*Exercise:*
Take the records below and retype them line by line, from the first line through the one containing "v -1.483 6.724 3"; stop there.

[Provided entries]

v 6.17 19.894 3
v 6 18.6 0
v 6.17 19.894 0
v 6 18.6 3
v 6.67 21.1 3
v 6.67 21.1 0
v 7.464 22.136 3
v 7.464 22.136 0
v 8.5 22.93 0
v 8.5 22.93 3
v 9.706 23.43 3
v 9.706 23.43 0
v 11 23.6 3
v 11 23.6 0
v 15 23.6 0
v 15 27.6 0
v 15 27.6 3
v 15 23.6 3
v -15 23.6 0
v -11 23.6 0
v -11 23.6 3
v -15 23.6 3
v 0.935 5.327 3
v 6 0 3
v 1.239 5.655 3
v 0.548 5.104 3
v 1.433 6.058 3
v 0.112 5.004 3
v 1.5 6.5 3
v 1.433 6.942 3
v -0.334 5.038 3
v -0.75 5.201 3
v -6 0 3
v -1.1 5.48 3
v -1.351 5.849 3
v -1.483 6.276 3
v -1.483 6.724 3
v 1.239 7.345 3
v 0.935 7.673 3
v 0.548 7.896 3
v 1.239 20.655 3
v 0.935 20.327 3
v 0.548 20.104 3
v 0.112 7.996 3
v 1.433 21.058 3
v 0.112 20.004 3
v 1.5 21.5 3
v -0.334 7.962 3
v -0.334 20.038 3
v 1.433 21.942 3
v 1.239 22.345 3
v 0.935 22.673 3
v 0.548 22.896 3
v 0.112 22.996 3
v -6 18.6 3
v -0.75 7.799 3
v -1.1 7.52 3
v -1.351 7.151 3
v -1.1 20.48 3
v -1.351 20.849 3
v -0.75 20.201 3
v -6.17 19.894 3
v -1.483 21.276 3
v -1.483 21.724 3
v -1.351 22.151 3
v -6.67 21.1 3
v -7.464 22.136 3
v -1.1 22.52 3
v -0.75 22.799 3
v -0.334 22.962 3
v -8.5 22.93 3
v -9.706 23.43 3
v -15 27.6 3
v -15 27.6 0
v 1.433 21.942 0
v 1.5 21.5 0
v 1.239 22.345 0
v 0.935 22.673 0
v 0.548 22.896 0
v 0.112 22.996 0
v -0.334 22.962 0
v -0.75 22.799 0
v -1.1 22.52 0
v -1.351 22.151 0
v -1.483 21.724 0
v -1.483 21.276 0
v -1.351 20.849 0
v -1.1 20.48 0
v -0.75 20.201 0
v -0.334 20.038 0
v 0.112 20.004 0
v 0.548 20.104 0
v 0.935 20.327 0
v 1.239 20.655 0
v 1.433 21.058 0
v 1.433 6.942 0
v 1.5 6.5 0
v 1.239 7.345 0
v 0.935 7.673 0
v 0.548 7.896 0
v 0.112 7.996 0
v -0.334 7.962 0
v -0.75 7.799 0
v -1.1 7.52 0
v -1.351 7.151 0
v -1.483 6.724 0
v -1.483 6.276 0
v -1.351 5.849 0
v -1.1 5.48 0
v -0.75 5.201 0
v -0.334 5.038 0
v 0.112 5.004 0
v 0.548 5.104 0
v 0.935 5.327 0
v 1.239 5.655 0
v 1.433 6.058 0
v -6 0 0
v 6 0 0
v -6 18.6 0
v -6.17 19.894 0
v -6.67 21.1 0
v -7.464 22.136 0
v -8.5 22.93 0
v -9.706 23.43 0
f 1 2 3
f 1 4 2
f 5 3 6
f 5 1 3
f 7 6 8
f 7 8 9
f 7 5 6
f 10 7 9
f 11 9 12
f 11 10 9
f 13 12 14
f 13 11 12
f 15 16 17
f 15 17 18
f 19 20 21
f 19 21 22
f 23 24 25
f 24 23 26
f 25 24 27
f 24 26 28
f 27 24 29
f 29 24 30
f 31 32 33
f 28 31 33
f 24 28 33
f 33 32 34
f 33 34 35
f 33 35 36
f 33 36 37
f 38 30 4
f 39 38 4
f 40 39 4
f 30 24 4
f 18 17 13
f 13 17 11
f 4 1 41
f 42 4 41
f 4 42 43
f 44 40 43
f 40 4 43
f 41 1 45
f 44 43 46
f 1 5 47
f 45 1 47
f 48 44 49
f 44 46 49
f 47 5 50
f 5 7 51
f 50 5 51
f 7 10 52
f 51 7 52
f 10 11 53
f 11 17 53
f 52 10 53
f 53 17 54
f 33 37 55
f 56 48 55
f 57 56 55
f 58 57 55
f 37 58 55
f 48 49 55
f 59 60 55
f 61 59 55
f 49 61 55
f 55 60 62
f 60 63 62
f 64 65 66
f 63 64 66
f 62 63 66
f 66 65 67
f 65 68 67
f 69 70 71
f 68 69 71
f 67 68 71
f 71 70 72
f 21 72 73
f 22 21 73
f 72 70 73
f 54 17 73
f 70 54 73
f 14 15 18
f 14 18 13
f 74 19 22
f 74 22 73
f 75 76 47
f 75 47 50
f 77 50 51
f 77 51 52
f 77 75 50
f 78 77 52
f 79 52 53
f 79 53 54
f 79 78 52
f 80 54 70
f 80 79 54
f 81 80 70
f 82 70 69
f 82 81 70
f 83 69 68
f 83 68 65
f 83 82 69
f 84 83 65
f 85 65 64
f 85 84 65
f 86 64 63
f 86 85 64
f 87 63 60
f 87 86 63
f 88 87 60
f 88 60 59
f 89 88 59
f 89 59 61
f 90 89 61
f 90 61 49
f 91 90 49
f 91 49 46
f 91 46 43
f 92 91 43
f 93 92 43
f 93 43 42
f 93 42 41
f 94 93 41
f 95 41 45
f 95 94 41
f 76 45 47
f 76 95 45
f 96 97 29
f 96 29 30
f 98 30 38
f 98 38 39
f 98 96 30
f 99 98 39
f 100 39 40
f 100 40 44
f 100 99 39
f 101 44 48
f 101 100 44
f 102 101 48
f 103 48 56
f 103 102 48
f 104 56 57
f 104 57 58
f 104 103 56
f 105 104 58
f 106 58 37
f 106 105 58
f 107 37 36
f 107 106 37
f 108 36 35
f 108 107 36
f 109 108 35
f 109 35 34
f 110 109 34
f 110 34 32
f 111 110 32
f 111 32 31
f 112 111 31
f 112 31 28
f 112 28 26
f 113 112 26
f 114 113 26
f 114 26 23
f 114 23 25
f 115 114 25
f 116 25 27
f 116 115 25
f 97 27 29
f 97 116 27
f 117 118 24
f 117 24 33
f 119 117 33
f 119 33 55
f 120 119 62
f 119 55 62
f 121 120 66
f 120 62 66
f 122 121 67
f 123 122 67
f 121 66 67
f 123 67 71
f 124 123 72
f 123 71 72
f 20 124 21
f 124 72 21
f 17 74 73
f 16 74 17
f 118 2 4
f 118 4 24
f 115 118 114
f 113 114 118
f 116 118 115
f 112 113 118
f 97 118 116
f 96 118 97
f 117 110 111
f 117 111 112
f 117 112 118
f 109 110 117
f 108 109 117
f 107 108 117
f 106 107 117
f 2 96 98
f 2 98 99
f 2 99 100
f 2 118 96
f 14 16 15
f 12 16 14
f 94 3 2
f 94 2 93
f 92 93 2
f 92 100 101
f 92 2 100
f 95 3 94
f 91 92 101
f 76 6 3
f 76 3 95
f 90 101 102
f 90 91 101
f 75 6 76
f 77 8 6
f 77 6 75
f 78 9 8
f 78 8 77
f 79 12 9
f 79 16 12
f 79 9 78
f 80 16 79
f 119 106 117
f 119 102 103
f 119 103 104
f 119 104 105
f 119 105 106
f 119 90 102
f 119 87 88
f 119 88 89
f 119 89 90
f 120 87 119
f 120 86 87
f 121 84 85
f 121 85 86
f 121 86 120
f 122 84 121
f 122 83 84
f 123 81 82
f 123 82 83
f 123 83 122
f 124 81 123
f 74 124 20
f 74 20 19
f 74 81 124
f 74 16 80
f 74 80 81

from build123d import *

# Parameters (mm, degrees)
SKETCH1_R           = 1.5
BOSS_EXTRUDE1_DEPTH = 3
FILLET1_R           = 5
FILLET2_R           = 5


with BuildPart() as part:
    # Sketch1 → Boss-Extrude1 (new body)
    with BuildSketch(Plane.XY):
        Polygon((6, 0), (-6, 0), (-6, 23.6), (-15, 23.6), (-15, 27.6), (15, 27.6), (15, 23.6), (6, 23.6), align=None)
        with Locations((0, 6.5)):
            Circle(SKETCH1_R, mode=Mode.SUBTRACT)
        with Locations((0, 21.5)):
            Circle(SKETCH1_R, mode=Mode.SUBTRACT)
    extrude(amount=BOSS_EXTRUDE1_DEPTH)

    # Fillet1
    fillet1_edges = [part.edges().sort_by_distance(p)[0] for p in [
        (-6, 23.6, 1.5),
    ]]
    fillet(fillet1_edges, radius=FILLET1_R)

    # Fillet2
    fillet2_edges = [part.edges().sort_by_distance(p)[0] for p in [
        (6, 23.6, 1.5),
    ]]
    fillet(fillet2_edges, radius=FILLET2_R)


solid = part.part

[/Provided entries]

*Your solution:*
v 6.17 19.894 3
v 6 18.6 0
v 6.17 19.894 0
v 6 18.6 3
v 6.67 21.1 3
v 6.67 21.1 0
v 7.464 22.136 3
v 7.464 22.136 0
v 8.5 22.93 0
v 8.5 22.93 3
v 9.706 23.43 3
v 9.706 23.43 0
v 11 23.6 3
v 11 23.6 0
v 15 23.6 0
v 15 27.6 0
v 15 27.6 3
v 15 23.6 3
v -15 23.6 0
v -11 23.6 0
v -11 23.6 3
v -15 23.6 3
v 0.935 5.327 3
v 6 0 3
v 1.239 5.655 3
v 0.548 5.104 3
v 1.433 6.058 3
v 0.112 5.004 3
v 1.5 6.5 3
v 1.433 6.942 3
v -0.334 5.038 3
v -0.75 5.201 3
v -6 0 3
v -1.1 5.48 3
v -1.351 5.849 3
v -1.483 6.276 3
v -1.483 6.724 3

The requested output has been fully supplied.